Desmontando argumentos equivocados contra a Auditoria Cidadã da Dívida – Por Dr. Miguel Bruno
Miguel Bruno
Dr. em Ciências Econômicas pela EHESS-Paris e pelo IE-UFRJ
ENCE-IBGE e FCE-UERJ
Estudo a financeirização da economia brasileira desde minha tese defendida em 2005. Já ouvi de algumas pessoas que se consideram de esquerda que “não há necessidade de se auditar a dívida pública interna porque todos os dados sobre ela são sempre publicados com transparência pelo Banco Central do Brasil.” Ora, que tipo de esquerda é essa que acredita que o Estado burguês-capitalista possui transparência total em tudo o que faz e por isso disponibiliza seus balanços fiscais e financeiros completos a todos os seus cidadãos interessados? E por esta razão, não há nenhuma necessidade de se auditar a dívida pública, basta analisar os dados do Banco Central e do Tesouro Nacional.
Além disso, o argumento de que a auditoria da dívida provocaria aumento das taxas de juros não se sustenta, pois há sempre a possibilidade de o BCB agir seja emitindo moeda, seja desfazendo grande parte das chamadas “operações compromissadas” e até reativando controles de capital para evitar a saída de dólares do país. Para isso que também serve uma política monetária expansionista que tenderia a reduzir as taxas usurárias de juros praticadas pelos grandes bancos.
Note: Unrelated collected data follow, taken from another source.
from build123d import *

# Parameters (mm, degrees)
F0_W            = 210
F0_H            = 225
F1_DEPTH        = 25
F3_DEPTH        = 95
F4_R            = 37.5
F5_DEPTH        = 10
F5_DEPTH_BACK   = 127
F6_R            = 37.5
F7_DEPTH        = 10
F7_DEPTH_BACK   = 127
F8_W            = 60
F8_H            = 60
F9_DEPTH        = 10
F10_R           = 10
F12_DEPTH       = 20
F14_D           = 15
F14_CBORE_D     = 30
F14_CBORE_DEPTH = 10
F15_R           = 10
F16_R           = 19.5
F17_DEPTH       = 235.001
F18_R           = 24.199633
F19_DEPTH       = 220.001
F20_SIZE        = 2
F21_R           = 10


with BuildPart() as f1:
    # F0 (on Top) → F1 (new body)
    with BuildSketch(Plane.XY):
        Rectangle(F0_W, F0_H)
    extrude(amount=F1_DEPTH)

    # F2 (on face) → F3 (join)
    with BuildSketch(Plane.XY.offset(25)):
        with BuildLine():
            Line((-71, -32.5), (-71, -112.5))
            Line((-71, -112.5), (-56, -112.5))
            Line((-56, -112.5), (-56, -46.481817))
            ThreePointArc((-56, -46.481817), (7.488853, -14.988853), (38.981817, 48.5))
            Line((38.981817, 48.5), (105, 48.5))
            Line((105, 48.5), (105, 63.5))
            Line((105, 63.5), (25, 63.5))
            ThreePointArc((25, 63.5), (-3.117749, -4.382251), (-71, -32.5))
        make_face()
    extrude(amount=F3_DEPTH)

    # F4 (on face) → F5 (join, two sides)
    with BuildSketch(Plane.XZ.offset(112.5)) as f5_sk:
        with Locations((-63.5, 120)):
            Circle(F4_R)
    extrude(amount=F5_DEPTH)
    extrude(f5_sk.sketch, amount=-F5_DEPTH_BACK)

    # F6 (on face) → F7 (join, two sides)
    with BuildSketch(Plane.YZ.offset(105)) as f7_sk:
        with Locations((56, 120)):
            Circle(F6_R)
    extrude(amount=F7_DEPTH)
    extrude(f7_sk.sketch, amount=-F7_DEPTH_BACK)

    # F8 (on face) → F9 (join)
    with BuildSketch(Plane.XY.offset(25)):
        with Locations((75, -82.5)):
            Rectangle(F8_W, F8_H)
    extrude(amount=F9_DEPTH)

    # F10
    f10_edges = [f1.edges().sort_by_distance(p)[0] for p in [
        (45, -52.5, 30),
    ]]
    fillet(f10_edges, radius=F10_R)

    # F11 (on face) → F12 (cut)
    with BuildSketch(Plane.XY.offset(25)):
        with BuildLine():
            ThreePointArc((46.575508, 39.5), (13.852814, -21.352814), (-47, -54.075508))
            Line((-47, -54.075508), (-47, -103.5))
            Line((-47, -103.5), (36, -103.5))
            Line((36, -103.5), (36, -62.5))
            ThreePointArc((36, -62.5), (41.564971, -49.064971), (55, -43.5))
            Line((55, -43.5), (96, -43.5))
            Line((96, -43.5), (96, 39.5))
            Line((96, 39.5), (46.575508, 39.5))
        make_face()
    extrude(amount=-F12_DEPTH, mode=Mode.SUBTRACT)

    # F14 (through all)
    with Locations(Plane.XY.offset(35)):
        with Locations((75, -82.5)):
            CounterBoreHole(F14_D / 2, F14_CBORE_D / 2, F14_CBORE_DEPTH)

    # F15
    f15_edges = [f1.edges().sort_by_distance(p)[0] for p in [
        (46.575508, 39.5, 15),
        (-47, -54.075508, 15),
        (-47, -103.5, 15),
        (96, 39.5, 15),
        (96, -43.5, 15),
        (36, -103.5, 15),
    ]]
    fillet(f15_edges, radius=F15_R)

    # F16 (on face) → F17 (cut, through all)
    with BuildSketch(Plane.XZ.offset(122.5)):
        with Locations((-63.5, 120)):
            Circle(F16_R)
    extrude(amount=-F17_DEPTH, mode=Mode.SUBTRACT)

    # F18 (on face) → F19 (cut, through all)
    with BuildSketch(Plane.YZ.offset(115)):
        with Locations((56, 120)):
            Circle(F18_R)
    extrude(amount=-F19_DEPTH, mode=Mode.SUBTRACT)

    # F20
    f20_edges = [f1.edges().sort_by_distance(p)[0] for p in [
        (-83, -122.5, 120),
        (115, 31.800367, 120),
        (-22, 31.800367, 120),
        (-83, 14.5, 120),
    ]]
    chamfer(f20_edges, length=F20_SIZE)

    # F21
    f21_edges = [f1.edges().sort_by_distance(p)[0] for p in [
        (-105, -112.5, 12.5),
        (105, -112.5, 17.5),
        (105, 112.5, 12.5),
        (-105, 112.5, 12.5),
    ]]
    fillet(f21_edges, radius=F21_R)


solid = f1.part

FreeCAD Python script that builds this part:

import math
import FreeCAD as App
import Part
import Sketcher
Q = App.Units.Quantity


def edges_at(feature, points):
    """Names of the edges that pass closest to the given points."""
    edges = feature.Shape.Edges
    near = lambda p: min(range(len(edges)), key=lambda i: edges[i].distToShape(Part.Vertex(*p))[0])
    return sorted({f"Edge{near(p) + 1}" for p in points})


def add_polygon(sketch, points):
    """Adds a closed chain of lines whose ends are joined by coincident constraints."""
    first, n = sketch.GeometryCount, len(points)
    for a, b in zip(points, points[1:] + points[:1]):
        sketch.addGeometry(Part.LineSegment(App.Vector(*a, 0), App.Vector(*b, 0)), False)
    for i in range(n):
        sketch.addConstraint(Sketcher.Constraint("Coincident", first + i, 2, first + (i + 1) % n, 1))

doc = App.newDocument("Part")
body = doc.addObject("PartDesign::Body", "Body")

sketch1 = doc.addObject("Sketcher::SketchObject", "Sketch")
body.addObject(sketch1)
sketch1.AttachmentSupport = (doc.XY_Plane, [""])
sketch1.MapMode = "FlatFace"
add_polygon(sketch1, [(-105, 112), (-105, -112), (105, -112), (105, 112)])
sketch1.addConstraint(Sketcher.Constraint("Vertical", 0))
sketch1.addConstraint(Sketcher.Constraint("Horizontal", 1))
sketch1.addConstraint(Sketcher.Constraint("Vertical", 2))
sketch1.addConstraint(Sketcher.Constraint("Horizontal", 3))
sketch1.addConstraint(Sketcher.Constraint("Symmetric", 0, 2, 2, 2, -1, 1))
sketch1.addConstraint(Sketcher.Constraint("DistanceX", 1, 1, 1, 2, Q("210 mm")))
sketch1.addConstraint(Sketcher.Constraint("DistanceY", 0, 2, 0, 1, Q("225 mm")))
pad1 = doc.addObject("PartDesign::Pad", "Pad")
body.addObject(pad1)
pad1.Profile = sketch1
pad1.Length = 25

sketch2 = doc.addObject("Sketcher::SketchObject", "Sketch001")
body.addObject(sketch2)
sketch2.AttachmentSupport = (doc.XY_Plane, [""])
sketch2.MapMode = "FlatFace"
sketch2.AttachmentOffset = App.Placement(App.Vector(0, 0, 25), App.Rotation())
sketch2.addGeometry(Part.LineSegment(App.Vector(-71, -32, 0), App.Vector(-71, -112, 0)), False)
sketch2.addGeometry(Part.LineSegment(App.Vector(-71, -112, 0), App.Vector(-56, -112, 0)), False)
sketch2.addGeometry(Part.LineSegment(App.Vector(-56, -112, 0), App.Vector(-56, -46, 0)), False)
sketch2.addGeometry(Part.ArcOfCircle(Part.Circle(App.Vector(-71, 63, 0), App.Vector(0, 0, 1), 111), math.radians(-82), math.radians(-8)), False)
sketch2.addGeometry(Part.LineSegment(App.Vector(39, 48, 0), App.Vector(105, 48, 0)), False)
sketch2.addGeometry(Part.LineSegment(App.Vector(105, 48, 0), App.Vector(105, 64, 0)), False)
sketch2.addGeometry(Part.LineSegment(App.Vector(105, 64, 0), App.Vector(25, 64, 0)), False)
sketch2.addGeometry(Part.ArcOfCircle(Part.Circle(App.Vector(-71, 63, 0), App.Vector(0, 0, 1), 96), math.radians(-90), math.radians(0)), False)
sketch2.addConstraint(Sketcher.Constraint("Coincident", 0, 2, 1, 1))
sketch2.addConstraint(Sketcher.Constraint("Coincident", 1, 2, 2, 1))
sketch2.addConstraint(Sketcher.Constraint("Coincident", 2, 2, 3, 1))
sketch2.addConstraint(Sketcher.Constraint("Coincident", 3, 2, 4, 1))
sketch2.addConstraint(Sketcher.Constraint("Coincident", 4, 2, 5, 1))
sketch2.addConstraint(Sketcher.Constraint("Coincident", 5, 2, 6, 1))
sketch2.addConstraint(Sketcher.Constraint("Coincident", 6, 2, 7, 2))
sketch2.addConstraint(Sketcher.Constraint("Coincident", 7, 1, 0, 1))
sketch2.addConstraint(Sketcher.Constraint("Vertical", 0))
sketch2.addConstraint(Sketcher.Constraint("Horizontal", 1))
sketch2.addConstraint(Sketcher.Constraint("Vertical", 2))
sketch2.addConstraint(Sketcher.Constraint("Horizontal", 4))
sketch2.addConstraint(Sketcher.Constraint("Vertical", 5))
sketch2.addConstraint(Sketcher.Constraint("Horizontal", 6))
sketch2.addConstraint(Sketcher.Constraint("Coincident", 7, 3, 3, 3))
sketch2.addConstraint(Sketcher.Constraint("Horizontal", 7, 3, 5, 2))
sketch2.addConstraint(Sketcher.Constraint("Vertical", 7, 3, 0, 2))
sketch2.addConstraint(Sketcher.Constraint("Equal", 6, 0))
sketch2.addConstraint(Sketcher.Constraint("Equal", 4, 2))
sketch2.addConstraint(Sketcher.Constraint("Radius", 3, Q("111 mm")))
sketch2.addConstraint(Sketcher.Constraint("Radius", 7, Q("96 mm")))
sketch2.addConstraint(Sketcher.Constraint("DistanceX", 1, 1, 1, 2, Q("15 mm")))
sketch2.addConstraint(Sketcher.Constraint("DistanceX", 6, 2, 6, 1, Q("80 mm")))
sketch2.addConstraint(Sketcher.Constraint("DistanceX", 3, 3, -1, 1, Q("71 mm")))
sketch2.addConstraint(Sketcher.Constraint("DistanceY", -1, 1, 3, 3, Q("63.5 mm")))
pad2 = doc.addObject("PartDesign::Pad", "Pad001")
body.addObject(pad2)
pad2.Profile = sketch2
pad2.Length = 95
Além do impacto político positivo, pois conscientizador da população brasileira que desconhece os processos institucionais de reprodução da dívida pública interna como principal eixo da acumulação rentista-financeira, a auditoria seria capaz de mostrar como a emissão de títulos da dívida pública interna brasileira tornou-se um eficiente mecanismo de captura do Estado nacional, em conformidade com a lógica da financeirização da economia.
A posse de títulos da dívida pública permite às elites rentistas e proprietárias de bancos controlar a política fiscal e monetária, o que reduz drasticamente a autonomia do Estado para implementar políticas econômicas contracíclicas e de desenvolvimento econômico.
Por outro lado, se toda dívida é passível de auditoria, por que a dívida pública brasileira não o seria? Ser contra a auditoria é já assumir uma postura tendenciosa. E do meu ponto de vista como economista e estudioso da financeirização da economia brasileira há mais de 20 anos, lamento as posturas que negam a pertinência dos trabalhos da Auditoria Cidadã da Dívida (ACD), pois seriam capazes de expor ao povo brasileiro o significado do endividamento público interno capitalizado e reproduzido com base na maior taxa real de juros do mundo.
Conheço os argumentos que se opõem aos trabalhos da ACD, e nenhum deles até agora me convence e assumi-los como corretos e pertinentes sem que se compreenda o significado da financeirização usurária da economia brasileira conduz, ainda que involuntária ou tacitamente, a posições que interessam apenas ao mercado financeiro e aos grandes bancos e ao atual governo petista, pois este último é incapaz de assumir qualquer posição crítica ao setor bancário-financeiro brasileiro, hoje disfuncional e altamente concentrador de renda e riqueza, portanto, se constitui num obstáculo estrutural ao desenvolvimento.”
A questão de que o governo não precisa arrecadar para gastar (argumento correto que encontra fundamento teórico numa abordagem keyensiana e de MMT das finanças públicas) e por isso não haveria necessidade de se auditar a dívida pública interna seria pertinente se a dívida pública interna brasileira existisse realmente para cumprir suas duas funções primordiais:
- a) a gestão da liquidez da economia.
- b) o financiamento do investimento do governo.
A dívida pública interna tornou-se essencialmente um instrumento de acumulação rentista com taxas de juros anômalas para transferir recursos do orçamento público para as elites rentistas e proprietárias dos grandes bancos. Com esse objetivo rentista, o endividamento público interno brasileiro tem mantido a liquidez da economia muito baixa, o que encarece o crédito para consumo e para investimento produtivo (formação bruta de capital fixo, isto é, máquinas, equipamentos, instalações e infraestruturas). Trata-se, portanto, de uma dívida estritamente financeira com objetivos de reproduzir a acumulação rentista obstaculizando o desenvolvimento brasileiro. A população precisa ter consciência disso e a ACD certamente contribuiria para revelar e denunciar esse processo.
Por fim, soa como muito estranho que haja um verdadeiro cerco de marxistas, heterodoxos, keynesianos e vertentes que se autodenominam de esquerda se posicionando contra os trabalhos da ACD. Essa resistência e oposição deveriam ser esperadas por parte da direita que se beneficia de uma dívida cujo caráter é essencialmente financeiro e sem nenhuma contrapartida com o capital produtivo de nosso país, a não ser para mantê-lo em níveis reduzidos e muito aquém das necessidades do desenvolvimento brasileiro.